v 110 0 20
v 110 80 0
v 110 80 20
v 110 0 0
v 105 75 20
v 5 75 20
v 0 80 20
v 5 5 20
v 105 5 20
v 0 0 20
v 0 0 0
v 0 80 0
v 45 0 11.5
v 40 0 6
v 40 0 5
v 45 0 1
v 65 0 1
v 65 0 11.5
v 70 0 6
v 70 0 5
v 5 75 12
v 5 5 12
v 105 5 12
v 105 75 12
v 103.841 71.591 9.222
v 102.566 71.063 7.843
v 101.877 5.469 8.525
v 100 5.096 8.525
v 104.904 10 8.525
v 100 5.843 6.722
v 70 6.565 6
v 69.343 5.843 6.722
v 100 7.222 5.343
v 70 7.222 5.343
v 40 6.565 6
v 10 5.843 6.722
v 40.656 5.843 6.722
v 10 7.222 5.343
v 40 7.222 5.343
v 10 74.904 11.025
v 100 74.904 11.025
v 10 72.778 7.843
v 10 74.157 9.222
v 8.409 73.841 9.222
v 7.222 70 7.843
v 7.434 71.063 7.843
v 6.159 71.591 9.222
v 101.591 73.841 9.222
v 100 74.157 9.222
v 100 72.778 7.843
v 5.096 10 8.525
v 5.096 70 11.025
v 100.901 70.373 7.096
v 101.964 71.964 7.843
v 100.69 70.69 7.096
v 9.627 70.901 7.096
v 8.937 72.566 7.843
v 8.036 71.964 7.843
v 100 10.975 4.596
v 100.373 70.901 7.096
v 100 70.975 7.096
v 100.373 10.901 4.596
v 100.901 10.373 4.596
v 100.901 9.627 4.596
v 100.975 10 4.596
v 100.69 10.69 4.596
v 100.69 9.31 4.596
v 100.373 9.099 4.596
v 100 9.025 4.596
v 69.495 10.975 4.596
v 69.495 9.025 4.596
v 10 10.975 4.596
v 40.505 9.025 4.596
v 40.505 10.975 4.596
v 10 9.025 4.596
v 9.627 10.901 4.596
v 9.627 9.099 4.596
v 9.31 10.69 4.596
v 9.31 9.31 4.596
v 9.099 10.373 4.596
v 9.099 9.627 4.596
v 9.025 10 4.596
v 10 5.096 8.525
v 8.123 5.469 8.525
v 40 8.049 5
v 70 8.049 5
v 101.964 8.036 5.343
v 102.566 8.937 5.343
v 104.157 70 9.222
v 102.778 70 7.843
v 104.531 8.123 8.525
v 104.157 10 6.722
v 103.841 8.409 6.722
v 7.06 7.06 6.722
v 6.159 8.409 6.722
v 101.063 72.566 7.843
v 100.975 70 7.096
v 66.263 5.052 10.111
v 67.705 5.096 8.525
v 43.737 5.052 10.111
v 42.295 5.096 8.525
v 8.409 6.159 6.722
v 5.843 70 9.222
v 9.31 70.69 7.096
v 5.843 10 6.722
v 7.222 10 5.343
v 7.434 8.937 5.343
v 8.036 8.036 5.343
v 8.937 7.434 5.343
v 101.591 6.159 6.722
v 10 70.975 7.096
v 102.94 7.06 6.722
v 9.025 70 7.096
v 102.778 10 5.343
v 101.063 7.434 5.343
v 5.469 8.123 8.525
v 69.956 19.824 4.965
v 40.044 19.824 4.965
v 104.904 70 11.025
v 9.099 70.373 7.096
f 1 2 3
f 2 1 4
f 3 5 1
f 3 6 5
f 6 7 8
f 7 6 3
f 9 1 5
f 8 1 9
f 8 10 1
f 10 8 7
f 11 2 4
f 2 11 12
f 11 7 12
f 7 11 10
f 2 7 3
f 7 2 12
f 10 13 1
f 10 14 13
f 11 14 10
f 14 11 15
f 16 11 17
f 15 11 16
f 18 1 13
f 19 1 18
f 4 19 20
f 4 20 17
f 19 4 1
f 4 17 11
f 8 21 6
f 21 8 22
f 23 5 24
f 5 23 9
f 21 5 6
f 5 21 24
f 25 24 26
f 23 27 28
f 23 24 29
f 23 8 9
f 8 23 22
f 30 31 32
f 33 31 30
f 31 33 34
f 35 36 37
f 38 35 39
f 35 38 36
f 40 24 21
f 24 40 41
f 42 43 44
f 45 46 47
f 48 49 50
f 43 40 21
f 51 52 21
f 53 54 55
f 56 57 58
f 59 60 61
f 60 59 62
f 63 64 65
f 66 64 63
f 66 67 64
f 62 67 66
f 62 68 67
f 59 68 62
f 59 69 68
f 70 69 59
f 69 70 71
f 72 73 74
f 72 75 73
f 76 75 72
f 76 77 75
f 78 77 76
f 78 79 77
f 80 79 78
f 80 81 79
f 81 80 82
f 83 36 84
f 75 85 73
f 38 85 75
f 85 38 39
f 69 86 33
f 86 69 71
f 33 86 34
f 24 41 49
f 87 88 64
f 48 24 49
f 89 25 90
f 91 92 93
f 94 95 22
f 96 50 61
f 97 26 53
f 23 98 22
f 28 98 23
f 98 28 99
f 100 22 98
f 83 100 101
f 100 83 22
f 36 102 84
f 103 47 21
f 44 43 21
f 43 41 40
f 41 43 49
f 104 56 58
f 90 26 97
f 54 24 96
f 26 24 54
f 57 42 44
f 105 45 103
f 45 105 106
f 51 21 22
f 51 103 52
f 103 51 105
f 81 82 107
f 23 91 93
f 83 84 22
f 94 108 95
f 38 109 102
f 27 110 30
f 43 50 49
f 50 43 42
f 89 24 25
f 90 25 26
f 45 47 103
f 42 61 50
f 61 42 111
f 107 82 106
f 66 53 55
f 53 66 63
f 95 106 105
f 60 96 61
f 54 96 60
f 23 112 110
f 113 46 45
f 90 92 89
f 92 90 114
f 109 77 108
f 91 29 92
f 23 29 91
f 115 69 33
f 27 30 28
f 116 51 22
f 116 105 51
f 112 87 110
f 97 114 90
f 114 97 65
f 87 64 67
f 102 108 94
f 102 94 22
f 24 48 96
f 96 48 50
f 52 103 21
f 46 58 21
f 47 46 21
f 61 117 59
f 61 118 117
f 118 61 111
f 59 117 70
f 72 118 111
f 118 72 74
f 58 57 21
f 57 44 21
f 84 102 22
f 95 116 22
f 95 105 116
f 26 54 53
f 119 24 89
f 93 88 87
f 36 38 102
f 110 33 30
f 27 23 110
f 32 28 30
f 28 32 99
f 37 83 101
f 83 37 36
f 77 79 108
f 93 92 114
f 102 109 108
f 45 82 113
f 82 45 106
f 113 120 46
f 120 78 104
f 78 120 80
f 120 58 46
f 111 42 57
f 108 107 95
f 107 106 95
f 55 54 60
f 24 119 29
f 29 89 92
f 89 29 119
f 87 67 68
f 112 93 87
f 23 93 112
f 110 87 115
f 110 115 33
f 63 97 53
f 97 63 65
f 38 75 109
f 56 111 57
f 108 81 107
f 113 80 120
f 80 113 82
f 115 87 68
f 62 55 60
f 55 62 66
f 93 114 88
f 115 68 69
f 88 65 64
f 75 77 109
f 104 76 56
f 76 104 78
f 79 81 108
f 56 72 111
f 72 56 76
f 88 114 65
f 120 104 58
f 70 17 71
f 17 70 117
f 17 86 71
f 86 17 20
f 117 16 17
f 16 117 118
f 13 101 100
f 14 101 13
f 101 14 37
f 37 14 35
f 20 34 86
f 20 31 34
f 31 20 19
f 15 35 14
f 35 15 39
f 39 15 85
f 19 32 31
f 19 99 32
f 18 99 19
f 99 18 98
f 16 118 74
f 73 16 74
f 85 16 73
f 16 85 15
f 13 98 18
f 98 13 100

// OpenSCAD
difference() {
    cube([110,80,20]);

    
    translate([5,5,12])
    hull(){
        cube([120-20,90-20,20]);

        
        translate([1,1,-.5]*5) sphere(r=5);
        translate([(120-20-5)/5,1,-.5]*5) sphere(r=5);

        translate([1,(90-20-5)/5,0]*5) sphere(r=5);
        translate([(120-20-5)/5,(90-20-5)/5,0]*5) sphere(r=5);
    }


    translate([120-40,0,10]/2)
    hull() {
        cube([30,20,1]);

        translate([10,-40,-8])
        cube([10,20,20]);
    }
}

——

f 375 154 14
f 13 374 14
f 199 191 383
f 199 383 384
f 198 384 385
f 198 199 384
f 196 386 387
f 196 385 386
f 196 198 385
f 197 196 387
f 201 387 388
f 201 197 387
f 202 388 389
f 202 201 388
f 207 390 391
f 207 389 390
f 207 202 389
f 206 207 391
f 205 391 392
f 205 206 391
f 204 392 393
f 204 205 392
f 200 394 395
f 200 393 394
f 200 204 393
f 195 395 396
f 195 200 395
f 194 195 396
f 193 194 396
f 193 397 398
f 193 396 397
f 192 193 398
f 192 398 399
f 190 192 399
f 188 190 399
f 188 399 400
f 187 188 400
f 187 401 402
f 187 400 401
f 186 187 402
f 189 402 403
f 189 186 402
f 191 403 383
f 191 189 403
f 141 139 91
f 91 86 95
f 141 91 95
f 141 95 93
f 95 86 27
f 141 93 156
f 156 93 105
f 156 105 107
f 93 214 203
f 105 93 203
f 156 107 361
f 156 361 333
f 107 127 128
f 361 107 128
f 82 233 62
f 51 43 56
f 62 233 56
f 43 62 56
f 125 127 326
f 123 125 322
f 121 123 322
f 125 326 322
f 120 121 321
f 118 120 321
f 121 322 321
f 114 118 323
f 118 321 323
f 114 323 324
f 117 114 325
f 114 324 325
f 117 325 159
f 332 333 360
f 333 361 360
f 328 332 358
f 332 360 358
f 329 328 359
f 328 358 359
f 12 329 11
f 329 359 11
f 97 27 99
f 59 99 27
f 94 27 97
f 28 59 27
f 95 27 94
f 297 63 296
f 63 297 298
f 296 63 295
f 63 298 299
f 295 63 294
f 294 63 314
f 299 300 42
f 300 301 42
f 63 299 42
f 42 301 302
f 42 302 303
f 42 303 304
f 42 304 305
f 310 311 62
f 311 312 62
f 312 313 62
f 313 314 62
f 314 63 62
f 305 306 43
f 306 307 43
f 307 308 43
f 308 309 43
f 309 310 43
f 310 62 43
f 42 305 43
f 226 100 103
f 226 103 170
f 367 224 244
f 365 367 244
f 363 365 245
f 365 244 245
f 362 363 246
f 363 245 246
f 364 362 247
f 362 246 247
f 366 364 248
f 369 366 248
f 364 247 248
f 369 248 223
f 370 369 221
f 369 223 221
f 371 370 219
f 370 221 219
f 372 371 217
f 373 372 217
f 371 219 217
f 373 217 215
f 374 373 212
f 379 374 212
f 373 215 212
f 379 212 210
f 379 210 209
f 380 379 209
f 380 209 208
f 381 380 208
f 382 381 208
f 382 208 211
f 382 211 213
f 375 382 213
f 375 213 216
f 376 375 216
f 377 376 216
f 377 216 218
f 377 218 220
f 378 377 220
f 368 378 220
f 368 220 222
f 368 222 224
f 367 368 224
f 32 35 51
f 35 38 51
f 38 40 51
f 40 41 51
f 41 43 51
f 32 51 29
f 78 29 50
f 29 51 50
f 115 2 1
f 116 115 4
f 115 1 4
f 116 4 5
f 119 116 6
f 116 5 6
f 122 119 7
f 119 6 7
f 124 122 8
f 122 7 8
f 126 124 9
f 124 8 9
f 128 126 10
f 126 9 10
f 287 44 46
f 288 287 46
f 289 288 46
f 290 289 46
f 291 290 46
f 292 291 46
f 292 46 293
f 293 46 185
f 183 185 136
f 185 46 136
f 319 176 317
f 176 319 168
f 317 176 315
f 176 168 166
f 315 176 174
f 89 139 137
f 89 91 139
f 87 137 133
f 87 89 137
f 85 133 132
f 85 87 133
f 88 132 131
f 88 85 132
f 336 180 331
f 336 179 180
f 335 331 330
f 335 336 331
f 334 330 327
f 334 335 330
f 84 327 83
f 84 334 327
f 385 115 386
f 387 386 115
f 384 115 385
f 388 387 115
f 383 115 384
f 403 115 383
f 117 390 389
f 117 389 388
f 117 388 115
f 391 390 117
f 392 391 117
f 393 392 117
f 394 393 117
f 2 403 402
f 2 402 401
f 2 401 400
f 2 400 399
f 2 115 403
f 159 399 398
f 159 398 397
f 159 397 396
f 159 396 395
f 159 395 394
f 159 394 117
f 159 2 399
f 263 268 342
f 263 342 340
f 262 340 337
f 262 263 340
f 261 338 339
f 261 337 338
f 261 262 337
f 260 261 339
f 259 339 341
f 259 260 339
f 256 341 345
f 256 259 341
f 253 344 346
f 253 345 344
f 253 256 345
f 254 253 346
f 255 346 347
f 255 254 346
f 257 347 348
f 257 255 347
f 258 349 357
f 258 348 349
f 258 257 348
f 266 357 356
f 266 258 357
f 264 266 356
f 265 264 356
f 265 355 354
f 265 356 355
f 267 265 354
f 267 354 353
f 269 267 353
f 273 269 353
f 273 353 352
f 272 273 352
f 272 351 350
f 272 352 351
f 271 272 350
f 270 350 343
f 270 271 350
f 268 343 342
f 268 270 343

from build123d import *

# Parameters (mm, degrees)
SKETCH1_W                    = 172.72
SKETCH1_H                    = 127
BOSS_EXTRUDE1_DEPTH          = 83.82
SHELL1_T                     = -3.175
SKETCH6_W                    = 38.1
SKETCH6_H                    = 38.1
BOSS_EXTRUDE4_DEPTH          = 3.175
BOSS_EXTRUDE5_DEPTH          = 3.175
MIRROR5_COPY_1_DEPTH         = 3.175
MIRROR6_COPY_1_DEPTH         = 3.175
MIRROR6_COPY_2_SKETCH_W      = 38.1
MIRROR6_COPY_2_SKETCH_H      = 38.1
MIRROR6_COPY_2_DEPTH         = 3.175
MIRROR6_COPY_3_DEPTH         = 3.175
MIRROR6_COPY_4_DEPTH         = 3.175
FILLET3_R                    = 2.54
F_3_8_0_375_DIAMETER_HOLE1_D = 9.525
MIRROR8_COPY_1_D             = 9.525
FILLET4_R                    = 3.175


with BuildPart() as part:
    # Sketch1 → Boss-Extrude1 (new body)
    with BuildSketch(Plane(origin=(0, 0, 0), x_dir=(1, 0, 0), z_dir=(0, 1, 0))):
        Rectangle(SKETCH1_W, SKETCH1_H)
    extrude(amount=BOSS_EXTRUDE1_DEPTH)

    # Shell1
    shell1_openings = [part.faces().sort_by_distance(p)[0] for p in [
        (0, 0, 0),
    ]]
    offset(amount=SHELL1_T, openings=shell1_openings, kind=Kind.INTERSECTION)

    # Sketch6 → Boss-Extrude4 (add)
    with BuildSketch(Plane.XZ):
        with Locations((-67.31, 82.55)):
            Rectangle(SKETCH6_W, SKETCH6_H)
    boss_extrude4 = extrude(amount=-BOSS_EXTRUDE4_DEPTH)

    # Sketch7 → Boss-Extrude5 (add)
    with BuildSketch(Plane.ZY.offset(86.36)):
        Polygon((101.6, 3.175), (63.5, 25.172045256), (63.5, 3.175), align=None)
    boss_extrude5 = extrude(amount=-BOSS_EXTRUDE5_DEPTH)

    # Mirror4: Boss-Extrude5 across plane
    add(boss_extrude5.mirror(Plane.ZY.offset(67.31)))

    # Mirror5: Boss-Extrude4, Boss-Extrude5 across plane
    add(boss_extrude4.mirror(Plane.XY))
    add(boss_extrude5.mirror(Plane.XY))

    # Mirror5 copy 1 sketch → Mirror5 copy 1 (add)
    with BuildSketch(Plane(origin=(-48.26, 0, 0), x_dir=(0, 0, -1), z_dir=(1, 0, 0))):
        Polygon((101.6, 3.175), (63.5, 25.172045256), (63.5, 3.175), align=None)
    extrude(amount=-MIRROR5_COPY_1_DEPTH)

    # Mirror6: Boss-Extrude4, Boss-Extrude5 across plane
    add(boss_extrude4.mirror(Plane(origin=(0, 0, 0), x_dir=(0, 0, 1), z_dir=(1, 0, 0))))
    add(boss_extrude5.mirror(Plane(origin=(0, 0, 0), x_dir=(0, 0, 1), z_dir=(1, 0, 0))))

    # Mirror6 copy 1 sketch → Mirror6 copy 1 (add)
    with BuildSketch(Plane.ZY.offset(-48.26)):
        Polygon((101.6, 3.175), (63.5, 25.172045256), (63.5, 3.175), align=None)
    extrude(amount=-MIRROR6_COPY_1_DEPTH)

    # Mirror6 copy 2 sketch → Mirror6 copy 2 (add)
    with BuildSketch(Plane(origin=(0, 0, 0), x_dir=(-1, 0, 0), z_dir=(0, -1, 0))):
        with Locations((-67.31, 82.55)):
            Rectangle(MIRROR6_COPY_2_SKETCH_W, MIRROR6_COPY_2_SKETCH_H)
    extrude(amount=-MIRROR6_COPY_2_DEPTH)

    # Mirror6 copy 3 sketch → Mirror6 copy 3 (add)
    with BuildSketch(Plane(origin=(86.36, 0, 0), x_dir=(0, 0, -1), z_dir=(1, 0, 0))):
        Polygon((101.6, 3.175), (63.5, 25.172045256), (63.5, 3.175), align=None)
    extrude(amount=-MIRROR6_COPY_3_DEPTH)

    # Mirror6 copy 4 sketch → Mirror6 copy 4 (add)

——

§ What to work on: Where the listing above reaches the line that contains "f 2 401 400", start retyping, and finish with the line that contains "f 260 261 339"; reproduce those lines exactly and no others.

§ Written reply:
f 2 401 400
f 2 400 399
f 2 115 403
f 159 399 398
f 159 398 397
f 159 397 396
f 159 396 395
f 159 395 394
f 159 394 117
f 159 2 399
f 263 268 342
f 263 342 340
f 262 340 337
f 262 263 340
f 261 338 339
f 261 337 338
f 261 262 337
f 260 261 339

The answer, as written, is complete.